> They lack static type checking, but I find that a thorough test suite catches most type errors anyway.
Maybe ruby is different than python in this regard, but with python I see a lot of “assert isinstance(arg, dict)” in functions which would not be necessary with type checking.
Feeding an unexpected type into a function, and having it carry on as normal, is really scary.
I've seen this too, but I tend to think of it as an antipattern.
The fact is, in most cases a Python function won't carry on as normal if you feed it an unexpected type, because while Python's type system isn't static, it is fairly strong. In general I am a fan of strong types and I would like it if Python's type system were a lot stronger.
But ultimately this isn't what my post was about: I'm talking about modeling your domain with types, not type checking.
As hwayne said, most of the time Python won't do implicit type coercion. What this means is, if you try to do something that doesn't make sense based on the types, it will throw an error rather than go on. For example:
~/$ python
Python 3.7.4 (default, Oct 12 2019, 18:55:28)
[Clang 11.0.0 (clang-1100.0.33.8)] on darwin
Type "help", "copyright", "credits" or "license" for more information.
>>> hello = 'Hello, world'
>>> one = 1
>>> hello + 1
Traceback (most recent call last):
File "<stdin>", line 1, in <module>
TypeError: can only concatenate str (not "int") to str
To put this in context, type systems can be roughly divided into 4 categories along the strong/weak and static/dynamic axes:
1. Strong static types (makes a lot of assertions about type, checks these assertions at compile time; Haskell, ML, OCaml, Rust, C# are reasonable examples--Haskell folks would probably laugh at me including C# here, but it's the only example in widespread non-academic use). Example (C#):
var hello = "Hello, world";
var one = 1;
var result = hello + one // Doesn't compile
2. Strong dynamic types (makes a lot of assertions about type, checks these assertions at run time; Python is the best example I have, but to be honest, it's not a great example--I think the type system could be a lot stronger). See the Python code above for an example.
3. Weak static types (makes few assertions about type, checks these assertions at compile time; C, C++ are good examples, although it's arguable that C actually does more checking at run time than at compile time). Example (C):
char* hello = "Hello, world";
int one = 1;
char* result = hello + one; // Happily compiles
4. Weak dynamic types (makes few assertions about type, checks these assertions at run time; JavaScript is a great example of this). Example (JavaScript):
>>> var hello = "Hello, world"
undefined
>>> var one = 1
undefined
>>> hello + 1
"Hello, world1"
In general, I have a slight preference for static types over dynamic types, but I think that difference is overrated. I care a lot more about my preference for strong types over weak types.
"Feeding an unexpected type into a function, and having it carry on as normal, is really scary."
That is how duck typing works. Generally you shouldn't use "is instance" but more use a set of "callable" checks to make sure the structure has the required functions.

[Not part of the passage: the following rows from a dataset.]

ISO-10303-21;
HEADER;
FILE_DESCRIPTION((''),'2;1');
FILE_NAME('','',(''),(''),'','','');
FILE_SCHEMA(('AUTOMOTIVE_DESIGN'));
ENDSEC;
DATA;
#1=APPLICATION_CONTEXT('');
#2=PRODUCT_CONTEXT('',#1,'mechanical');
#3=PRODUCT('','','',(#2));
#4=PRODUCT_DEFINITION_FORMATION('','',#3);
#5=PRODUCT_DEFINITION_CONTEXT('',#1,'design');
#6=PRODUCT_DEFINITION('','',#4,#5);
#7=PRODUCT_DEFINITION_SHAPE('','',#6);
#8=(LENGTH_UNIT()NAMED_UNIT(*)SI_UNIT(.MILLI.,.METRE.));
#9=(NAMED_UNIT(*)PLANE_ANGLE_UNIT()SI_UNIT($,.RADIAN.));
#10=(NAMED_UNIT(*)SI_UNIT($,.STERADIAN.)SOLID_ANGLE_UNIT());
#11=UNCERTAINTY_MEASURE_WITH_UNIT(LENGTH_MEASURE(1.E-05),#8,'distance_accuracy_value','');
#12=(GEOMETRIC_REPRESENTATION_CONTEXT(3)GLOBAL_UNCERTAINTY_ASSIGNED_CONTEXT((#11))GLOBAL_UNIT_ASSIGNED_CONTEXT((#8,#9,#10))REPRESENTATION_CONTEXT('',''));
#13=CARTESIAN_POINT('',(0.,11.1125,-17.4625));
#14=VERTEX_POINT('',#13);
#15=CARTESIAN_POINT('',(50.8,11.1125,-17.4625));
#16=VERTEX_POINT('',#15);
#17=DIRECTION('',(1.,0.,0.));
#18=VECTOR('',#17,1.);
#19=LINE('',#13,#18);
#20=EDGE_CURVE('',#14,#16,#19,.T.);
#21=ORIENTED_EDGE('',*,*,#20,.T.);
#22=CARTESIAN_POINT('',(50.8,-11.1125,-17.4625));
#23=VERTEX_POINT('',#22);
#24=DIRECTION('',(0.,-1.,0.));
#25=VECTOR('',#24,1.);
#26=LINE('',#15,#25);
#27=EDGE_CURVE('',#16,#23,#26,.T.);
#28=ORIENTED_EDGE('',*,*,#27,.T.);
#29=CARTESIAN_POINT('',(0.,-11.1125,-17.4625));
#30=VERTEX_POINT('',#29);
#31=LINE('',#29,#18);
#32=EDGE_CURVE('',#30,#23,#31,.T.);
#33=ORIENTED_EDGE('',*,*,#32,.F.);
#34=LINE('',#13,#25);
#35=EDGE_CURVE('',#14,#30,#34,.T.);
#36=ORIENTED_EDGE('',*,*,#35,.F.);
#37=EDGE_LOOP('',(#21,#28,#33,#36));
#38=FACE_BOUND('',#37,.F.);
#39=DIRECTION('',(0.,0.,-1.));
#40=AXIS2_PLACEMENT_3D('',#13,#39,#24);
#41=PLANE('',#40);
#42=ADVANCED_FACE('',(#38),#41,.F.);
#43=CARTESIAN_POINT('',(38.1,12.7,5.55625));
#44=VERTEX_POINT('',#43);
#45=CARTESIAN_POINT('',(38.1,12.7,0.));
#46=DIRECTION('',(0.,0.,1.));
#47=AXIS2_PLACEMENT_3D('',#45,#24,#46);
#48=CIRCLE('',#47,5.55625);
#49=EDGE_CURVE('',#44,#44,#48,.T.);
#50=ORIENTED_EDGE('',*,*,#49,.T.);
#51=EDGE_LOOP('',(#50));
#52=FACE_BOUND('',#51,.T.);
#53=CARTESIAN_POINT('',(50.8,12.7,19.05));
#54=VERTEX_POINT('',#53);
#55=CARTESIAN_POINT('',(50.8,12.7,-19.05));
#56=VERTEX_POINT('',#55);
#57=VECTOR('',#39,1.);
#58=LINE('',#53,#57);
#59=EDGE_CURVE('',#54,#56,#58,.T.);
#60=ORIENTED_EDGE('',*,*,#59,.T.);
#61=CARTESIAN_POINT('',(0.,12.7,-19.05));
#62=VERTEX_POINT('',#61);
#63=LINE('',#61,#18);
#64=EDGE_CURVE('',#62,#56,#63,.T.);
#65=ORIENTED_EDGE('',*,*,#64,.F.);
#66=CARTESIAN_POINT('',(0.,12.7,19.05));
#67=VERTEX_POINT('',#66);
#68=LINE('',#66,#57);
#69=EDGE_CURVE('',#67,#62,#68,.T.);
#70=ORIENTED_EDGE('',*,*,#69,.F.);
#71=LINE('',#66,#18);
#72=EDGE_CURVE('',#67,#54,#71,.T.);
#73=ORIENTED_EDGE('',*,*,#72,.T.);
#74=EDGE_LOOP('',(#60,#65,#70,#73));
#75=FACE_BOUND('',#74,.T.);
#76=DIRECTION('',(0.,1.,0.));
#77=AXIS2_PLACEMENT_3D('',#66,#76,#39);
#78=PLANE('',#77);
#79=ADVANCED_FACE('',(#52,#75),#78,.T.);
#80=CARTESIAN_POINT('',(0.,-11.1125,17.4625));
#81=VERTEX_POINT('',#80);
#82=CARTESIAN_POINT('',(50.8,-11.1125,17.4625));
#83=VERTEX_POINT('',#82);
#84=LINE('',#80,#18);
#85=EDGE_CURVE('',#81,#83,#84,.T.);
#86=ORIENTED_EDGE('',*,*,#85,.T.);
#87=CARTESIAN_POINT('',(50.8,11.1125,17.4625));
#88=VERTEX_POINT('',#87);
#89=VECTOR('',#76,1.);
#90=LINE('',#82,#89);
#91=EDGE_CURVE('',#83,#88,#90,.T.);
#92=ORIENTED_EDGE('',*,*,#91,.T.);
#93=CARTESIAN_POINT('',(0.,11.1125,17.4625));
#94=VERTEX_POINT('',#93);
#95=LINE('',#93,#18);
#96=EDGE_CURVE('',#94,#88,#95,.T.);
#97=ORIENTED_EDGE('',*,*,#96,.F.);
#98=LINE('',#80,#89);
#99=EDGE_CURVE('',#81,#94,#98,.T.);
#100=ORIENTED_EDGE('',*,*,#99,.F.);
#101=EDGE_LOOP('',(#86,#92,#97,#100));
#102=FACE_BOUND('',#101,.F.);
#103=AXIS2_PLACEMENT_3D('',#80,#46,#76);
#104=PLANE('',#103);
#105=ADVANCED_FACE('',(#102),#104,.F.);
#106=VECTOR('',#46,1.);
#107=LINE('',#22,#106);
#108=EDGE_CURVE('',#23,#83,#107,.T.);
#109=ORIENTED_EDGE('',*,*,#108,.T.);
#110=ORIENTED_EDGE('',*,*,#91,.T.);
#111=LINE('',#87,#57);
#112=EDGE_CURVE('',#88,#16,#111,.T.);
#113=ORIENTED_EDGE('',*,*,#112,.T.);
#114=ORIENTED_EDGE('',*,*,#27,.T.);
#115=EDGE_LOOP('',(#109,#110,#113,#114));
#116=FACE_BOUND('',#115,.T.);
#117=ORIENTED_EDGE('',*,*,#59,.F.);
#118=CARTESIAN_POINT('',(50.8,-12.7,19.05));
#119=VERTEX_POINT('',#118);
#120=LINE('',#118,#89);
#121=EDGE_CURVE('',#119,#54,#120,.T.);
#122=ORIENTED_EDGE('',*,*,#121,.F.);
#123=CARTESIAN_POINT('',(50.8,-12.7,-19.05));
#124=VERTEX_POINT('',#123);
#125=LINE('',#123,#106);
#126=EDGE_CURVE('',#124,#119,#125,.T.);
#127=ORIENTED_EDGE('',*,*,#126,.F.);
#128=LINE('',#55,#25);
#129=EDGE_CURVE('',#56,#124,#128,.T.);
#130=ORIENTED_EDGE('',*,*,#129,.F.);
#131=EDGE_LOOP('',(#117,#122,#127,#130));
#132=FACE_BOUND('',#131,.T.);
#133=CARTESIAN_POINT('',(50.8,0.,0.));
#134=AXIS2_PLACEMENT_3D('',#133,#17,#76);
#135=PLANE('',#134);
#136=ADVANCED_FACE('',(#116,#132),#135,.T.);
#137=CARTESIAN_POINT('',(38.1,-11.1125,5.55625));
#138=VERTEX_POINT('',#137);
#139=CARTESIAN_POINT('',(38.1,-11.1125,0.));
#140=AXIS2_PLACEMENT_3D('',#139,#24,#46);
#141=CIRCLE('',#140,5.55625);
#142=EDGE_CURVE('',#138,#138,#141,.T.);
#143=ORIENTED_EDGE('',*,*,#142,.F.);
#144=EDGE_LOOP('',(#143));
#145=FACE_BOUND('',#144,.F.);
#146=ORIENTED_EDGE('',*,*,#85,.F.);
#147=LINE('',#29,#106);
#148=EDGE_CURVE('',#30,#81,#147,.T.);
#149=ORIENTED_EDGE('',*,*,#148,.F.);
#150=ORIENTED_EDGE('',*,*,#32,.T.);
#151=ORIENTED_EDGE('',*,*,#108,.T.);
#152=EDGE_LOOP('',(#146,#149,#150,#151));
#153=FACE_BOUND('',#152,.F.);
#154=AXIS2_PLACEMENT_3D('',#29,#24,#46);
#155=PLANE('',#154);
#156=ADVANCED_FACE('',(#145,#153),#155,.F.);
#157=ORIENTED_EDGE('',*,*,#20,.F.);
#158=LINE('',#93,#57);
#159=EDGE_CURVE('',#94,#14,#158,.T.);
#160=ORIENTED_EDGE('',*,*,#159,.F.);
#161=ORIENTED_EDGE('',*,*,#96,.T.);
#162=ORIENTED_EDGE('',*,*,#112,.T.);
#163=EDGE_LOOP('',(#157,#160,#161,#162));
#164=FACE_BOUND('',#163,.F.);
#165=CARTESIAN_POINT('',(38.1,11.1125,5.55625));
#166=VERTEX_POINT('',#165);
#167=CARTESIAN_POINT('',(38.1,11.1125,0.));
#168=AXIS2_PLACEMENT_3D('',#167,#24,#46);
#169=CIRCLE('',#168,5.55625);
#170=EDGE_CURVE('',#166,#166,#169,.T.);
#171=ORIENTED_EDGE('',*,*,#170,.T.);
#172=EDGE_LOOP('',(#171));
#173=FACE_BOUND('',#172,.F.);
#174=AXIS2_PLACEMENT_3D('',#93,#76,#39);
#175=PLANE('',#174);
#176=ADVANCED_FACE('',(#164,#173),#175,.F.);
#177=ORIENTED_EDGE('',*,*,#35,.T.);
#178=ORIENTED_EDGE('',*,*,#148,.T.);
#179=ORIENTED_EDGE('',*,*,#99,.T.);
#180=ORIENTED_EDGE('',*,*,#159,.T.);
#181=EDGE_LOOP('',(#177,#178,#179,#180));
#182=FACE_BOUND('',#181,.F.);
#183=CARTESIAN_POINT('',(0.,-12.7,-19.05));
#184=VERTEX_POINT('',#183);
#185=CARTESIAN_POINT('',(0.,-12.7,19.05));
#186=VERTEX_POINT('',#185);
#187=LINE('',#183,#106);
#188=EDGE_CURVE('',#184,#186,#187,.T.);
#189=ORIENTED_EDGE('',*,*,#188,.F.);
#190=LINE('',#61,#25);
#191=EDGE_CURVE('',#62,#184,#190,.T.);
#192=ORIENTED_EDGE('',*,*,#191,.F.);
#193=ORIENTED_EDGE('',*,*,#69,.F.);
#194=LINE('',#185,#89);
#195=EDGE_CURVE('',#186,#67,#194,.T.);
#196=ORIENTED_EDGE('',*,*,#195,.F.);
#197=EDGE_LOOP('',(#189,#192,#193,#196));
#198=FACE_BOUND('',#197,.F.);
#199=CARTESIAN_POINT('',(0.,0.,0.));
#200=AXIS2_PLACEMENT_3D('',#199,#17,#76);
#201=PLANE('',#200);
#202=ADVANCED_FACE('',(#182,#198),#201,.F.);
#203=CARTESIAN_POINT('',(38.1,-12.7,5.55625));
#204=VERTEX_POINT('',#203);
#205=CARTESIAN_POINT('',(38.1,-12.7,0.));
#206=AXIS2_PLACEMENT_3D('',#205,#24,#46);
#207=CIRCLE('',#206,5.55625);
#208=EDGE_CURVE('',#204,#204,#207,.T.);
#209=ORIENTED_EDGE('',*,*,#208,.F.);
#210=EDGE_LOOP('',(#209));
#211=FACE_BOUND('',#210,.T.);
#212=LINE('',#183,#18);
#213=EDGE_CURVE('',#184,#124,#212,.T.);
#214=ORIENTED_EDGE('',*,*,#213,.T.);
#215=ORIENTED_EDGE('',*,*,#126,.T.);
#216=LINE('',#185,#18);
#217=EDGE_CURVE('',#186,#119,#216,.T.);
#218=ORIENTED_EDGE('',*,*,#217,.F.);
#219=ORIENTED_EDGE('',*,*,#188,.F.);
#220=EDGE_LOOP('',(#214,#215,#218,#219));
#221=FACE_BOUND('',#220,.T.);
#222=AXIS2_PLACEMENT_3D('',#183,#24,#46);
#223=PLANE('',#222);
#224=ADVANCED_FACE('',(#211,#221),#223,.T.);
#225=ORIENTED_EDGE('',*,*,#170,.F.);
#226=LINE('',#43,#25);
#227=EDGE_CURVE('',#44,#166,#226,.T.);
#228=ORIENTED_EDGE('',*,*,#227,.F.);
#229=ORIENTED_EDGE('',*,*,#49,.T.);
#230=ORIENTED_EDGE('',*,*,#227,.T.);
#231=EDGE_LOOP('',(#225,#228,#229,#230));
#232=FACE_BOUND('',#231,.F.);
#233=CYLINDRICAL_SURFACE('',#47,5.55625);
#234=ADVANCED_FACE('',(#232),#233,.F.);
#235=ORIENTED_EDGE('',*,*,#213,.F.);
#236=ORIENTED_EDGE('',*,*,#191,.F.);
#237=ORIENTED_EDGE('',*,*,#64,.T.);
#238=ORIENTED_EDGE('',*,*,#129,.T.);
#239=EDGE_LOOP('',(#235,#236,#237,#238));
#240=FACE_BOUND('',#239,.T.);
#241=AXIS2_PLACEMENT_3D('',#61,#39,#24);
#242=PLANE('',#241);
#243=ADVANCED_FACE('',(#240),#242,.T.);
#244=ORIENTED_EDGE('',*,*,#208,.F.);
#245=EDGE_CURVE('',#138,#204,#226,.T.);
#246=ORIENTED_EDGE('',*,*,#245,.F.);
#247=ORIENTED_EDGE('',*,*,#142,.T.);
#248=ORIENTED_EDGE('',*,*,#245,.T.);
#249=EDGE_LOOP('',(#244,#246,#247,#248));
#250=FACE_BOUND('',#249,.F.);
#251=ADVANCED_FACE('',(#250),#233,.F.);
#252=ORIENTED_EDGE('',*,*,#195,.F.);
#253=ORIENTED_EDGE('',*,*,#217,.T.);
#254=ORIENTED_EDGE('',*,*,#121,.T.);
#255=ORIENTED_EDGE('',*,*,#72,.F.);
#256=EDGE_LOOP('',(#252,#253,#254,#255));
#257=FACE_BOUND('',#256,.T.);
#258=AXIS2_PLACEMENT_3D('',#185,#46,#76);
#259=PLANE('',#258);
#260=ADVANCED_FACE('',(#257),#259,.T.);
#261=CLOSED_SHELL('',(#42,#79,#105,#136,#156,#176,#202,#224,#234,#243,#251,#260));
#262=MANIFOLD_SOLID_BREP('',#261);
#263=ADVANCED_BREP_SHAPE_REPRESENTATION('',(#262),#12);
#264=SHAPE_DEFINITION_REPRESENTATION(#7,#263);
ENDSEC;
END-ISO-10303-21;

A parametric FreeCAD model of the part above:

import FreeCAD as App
import Part
import Sketcher
from FreeCAD import Vector
Q = App.Units.Quantity


def add_polygon(sketch, points):
    """Adds a closed chain of lines whose ends are joined by coincident constraints."""
    first, n = sketch.GeometryCount, len(points)
    for a, b in zip(points, points[1:] + points[:1]):
        sketch.addGeometry(Part.LineSegment(App.Vector(*a, 0), App.Vector(*b, 0)), False)
    for i in range(n):
        sketch.addConstraint(Sketcher.Constraint("Coincident", first + i, 2, first + (i + 1) % n, 1))

doc = App.newDocument("Part")
params = doc.addObject("Spreadsheet::Sheet", "Params")
for row, (alias, value) in enumerate([
    ("sketch1_width", "1 in"),
    ("sketch1_height", "1.5 in"),
    ("pad1_length", "2 in"),
    ("sketch2_diameter", "0.4375 in"),
    ("hole_diameter", "0.4375 in"),
], start=1):
    params.set(f"A{row}", alias)
    params.set(f"B{row}", "=" + value)
    params.setAlias(f"B{row}", alias)

body = doc.addObject("PartDesign::Body", "Body")

# Sketch on YZ plane
sketch1 = body.newObject("Sketcher::SketchObject", "Sketch")
sketch1.AttachmentSupport = (doc.getObject("YZ_Plane"), [""])
sketch1.MapMode = "FlatFace"
add_polygon(sketch1, [(13, 19), (-13, 19), (-13, -19), (13, -19)])  # lines 0-3
add_polygon(sketch1, [(-11, -17), (-11, 17), (11, 17), (11, -17)])  # lines 4-7
sketch1.addConstraint([
    Sketcher.Constraint("Horizontal", 0),
    Sketcher.Constraint("Vertical", 1),
    Sketcher.Constraint("Horizontal", 2),
    Sketcher.Constraint("Vertical", 3),
    Sketcher.Constraint("Vertical", 4),
    Sketcher.Constraint("Horizontal", 5),
    Sketcher.Constraint("Vertical", 6),
    Sketcher.Constraint("Horizontal", 7),
    Sketcher.Constraint("Symmetric", 0, 2, 2, 2, -1, 1),
    Sketcher.Constraint("Symmetric", 4, 2, 6, 2, -1, 1),
    Sketcher.Constraint("DistanceX", 0, 2, 0, 1, Q("1 in")),
    Sketcher.Constraint("DistanceY", 1, 2, 1, 1, Q("1.5 in")),
    Sketcher.Constraint("DistanceX", 0, 2, 4, 2, Q("0.0625 in")),
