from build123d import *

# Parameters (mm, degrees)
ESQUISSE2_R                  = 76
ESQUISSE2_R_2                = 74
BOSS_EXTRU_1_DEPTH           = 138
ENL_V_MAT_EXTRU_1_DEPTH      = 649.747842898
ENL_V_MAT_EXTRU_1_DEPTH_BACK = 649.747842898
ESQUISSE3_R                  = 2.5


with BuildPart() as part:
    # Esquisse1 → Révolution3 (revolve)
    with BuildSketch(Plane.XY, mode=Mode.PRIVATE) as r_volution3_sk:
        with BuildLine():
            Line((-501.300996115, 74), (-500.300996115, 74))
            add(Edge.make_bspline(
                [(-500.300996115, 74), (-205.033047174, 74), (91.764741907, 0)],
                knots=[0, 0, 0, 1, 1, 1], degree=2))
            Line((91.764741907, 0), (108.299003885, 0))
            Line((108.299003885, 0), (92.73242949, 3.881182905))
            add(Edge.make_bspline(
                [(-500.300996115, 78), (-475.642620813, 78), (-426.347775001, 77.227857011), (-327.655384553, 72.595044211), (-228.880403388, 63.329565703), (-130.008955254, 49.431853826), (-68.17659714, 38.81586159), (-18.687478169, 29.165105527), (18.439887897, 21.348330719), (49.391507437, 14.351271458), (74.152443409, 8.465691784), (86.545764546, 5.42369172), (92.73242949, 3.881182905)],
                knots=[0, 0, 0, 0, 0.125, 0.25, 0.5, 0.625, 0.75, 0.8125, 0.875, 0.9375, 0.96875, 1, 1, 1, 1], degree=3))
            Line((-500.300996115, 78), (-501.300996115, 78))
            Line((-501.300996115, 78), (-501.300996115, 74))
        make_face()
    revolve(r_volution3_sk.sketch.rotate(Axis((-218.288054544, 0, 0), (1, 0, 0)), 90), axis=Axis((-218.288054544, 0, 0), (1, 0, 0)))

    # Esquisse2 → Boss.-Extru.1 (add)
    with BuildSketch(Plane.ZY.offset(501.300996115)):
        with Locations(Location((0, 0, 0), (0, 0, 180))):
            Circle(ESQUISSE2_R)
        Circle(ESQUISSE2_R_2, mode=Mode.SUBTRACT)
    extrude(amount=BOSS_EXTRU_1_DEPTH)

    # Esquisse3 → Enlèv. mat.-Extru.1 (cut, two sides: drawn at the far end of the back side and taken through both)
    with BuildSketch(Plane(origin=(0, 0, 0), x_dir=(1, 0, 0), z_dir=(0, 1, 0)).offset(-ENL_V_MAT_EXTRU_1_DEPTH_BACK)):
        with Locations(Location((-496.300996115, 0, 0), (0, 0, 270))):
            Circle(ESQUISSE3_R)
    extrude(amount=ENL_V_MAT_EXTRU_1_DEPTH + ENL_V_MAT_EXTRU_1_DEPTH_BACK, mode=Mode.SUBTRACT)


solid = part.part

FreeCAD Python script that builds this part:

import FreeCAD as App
import Part
import Sketcher

doc = App.newDocument("Part")
body = doc.addObject("PartDesign::Body", "Body")

# Sketch on XY plane
sketch1 = doc.addObject("Sketcher::SketchObject", "Sketch")
body.addObject(sketch1)
sketch1.AttachmentSupport = (doc.XY_Plane, [""])
sketch1.MapMode = "FlatFace"
sketch1.addGeometry([
    Part.LineSegment(App.Vector(-501.300996, 74, 0), App.Vector(-500.300996, 74, 0)),  # 0
    Part.BSplineCurve([App.Vector(-500.300996, 74, 0), App.Vector(-205.033047, 74, 0), App.Vector(91.764742, 0, 0)], [3, 3], [0, 1], False, 2, [1, 1, 1], False),  # 1
    Part.LineSegment(App.Vector(91.764742, 0, 0), App.Vector(108.299004, 0, 0)),  # 2
    Part.LineSegment(App.Vector(108.299004, 0, 0), App.Vector(92.732429, 3.881183, 0)),  # 3
    Part.BSplineCurve([App.Vector(-500.300996, 78, 0), App.Vector(-475.642621, 78, 0), App.Vector(-426.347775, 77.227857, 0), App.Vector(-327.655385, 72.595044, 0), App.Vector(-228.880403, 63.329566, 0), App.Vector(-130.008955, 49.431854, 0), App.Vector(-68.176597, 38.815862, 0), App.Vector(-18.687478, 29.165106, 0), App.Vector(18.439888, 21.348331, 0), App.Vector(49.391507, 14.351271, 0), App.Vector(74.152443, 8.465692, 0), App.Vector(86.545765, 5.423692, 0), App.Vector(92.732429, 3.881183, 0)], [4, 1, 1, 1, 1, 1, 1, 1, 1, 1, 4], [0, 0.125, 0.25, 0.5, 0.625, 0.75, 0.8125, 0.875, 0.9375, 0.96875, 1], False, 3, [1, 1, 1, 1, 1, 1, 1, 1, 1, 1, 1, 1, 1], False),  # 4
    Part.LineSegment(App.Vector(-500.300996, 78, 0), App.Vector(-501.300996, 78, 0)),  # 5
    Part.LineSegment(App.Vector(-501.300996, 78, 0), App.Vector(-501.300996, 74, 0)),  # 6
], False)
sketch1.addConstraint([
    Sketcher.Constraint("Block", 1),
    Sketcher.Constraint("Block", 4),
    Sketcher.Constraint("Coincident", 0, 2, 1, 1),
    Sketcher.Constraint("Coincident", 1, 2, 2, 1),
    Sketcher.Constraint("Coincident", 2, 2, 3, 1),
    Sketcher.Constraint("Coincident", 3, 2, 4, 2),
    Sketcher.Constraint("Coincident", 4, 1, 5, 1),
    Sketcher.Constraint("Coincident", 5, 2, 6, 1),
    Sketcher.Constraint("Coincident", 6, 2, 0, 1),
    Sketcher.Constraint("Horizontal", 0),
    Sketcher.Constraint("Horizontal", 2),
    Sketcher.Constraint("Horizontal", 5),
    Sketcher.Constraint("Vertical", 6),
    Sketcher.Constraint("DistanceX", 0, 1, 0, 2, 1.0),
    Sketcher.Constraint("DistanceX", 0, 2, 2, 2, 608.6),
])
revolution = doc.addObject("PartDesign::Revolution", "Revolution")
body.addObject(revolution)
revolution.Profile = sketch1
revolution.ReferenceAxis = (sketch1, ["H_Axis"])
revolution.Angle = 360

# Sketch on YZ plane
sketch2 = doc.addObject("Sketcher::SketchObject", "Sketch001")
body.addObject(sketch2)
sketch2.AttachmentSupport = (doc.YZ_Plane, [""])
sketch2.MapMode = "FlatFace"
sketch2.AttachmentOffset = App.Placement(App.Vector(0, 0, -501.300996), App.Rotation())
sketch2.addGeometry([
    Part.Circle(App.Vector(0, 0, 0), App.Vector(0, 0, 1), 76),
    Part.Circle(App.Vector(0, 0, 0), App.Vector(0, 0, 1), 74),
], False)
sketch2.addConstraint([
    Sketcher.Constraint("Coincident", 0, 3, -1, 1),
    Sketcher.Constraint("Coincident", 1, 3, -1, 1),
    Sketcher.Constraint("Diameter", 0, 152.0),
    Sketcher.Constraint("Diameter", 1, 148.0),
])
pad1 = doc.addObject("PartDesign::Pad", "Pad")
body.addObject(pad1)
pad1.Profile = sketch2
pad1.Length = 138
pad1.Reversed = True

# Sketch on XZ plane
sketch3 = doc.addObject("Sketcher::SketchObject", "Sketch002")
body.addObject(sketch3)
sketch3.AttachmentSupport = (doc.XZ_Plane, [""])
sketch3.MapMode = "FlatFace"
sketch3.addGeometry(Part.Circle(App.Vector(-496.300996, 0, 0), App.Vector(0, 0, 1), 2.5), False)
sketch3.addConstraint([
    Sketcher.Constraint("PointOnObject", 0, 3, -1),
    Sketcher.Constraint("Diameter", 0, 5.0),
    Sketcher.Constraint("DistanceX", 0, 3, -1, 1, 496.300996),
])
pocket1 = doc.addObject("PartDesign::Pocket", "Pocket")
body.addObject(pocket1)
pocket1.Profile = sketch3
pocket1.Type = "ThroughAll"
pocket1.Midplane = True

doc.recompute()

Things like Go Interface types are, of course, a formalisation of duck typing and is what has helped static typing come back into fashion.
This still produces a runtime error, to make code maintainable you want to be able to check the types without having to run the program. The type annotations help with that, they allow to spot bugs in the code and make an IDE to correctly refactor code and provide autocomplete.
> This still produces a runtime error, to make code maintainable you want to be able to check the types without having to run the program.
I strongly disagree. There are plenty of ways to write maintainable code. Static types can help, but it's quite possible to write maintainable code in dynamically typed languages.
And, for the record, running unit tests doesn't require me to run the whole program.
And, even if I never explicitly test types (assert isinstance(foo, str) is an antipattern anyway), behavioral tests of my code will turn up most type errors.
The obsession with checking types at compile time rather than 30 seconds later while running the unit tests doesn't serve anyone.
Type checks don’t actually enforce anything though, and as far as I can tell don’t even produce a warning in vscode unless everything is typed (a typed var fed into a typed function signature).
Correct, the annotations in python don't enforce anything, although there are packages that make them produce errors, but again, those errors are at runtime.
You can run mypy which will list problems. Also PyCharm understands the annotations and does all the things I mentioned it do: proper autocomplete, proper refactoring functionality and highlighting errors
Maybe ruby is different than python in this regard, but with python I see a lot of “assert isinstance(arg, dict)” in functions which would not be necessary with type checking.
Feeding an unexpected type into a function, and having it carry on as normal, is really scary.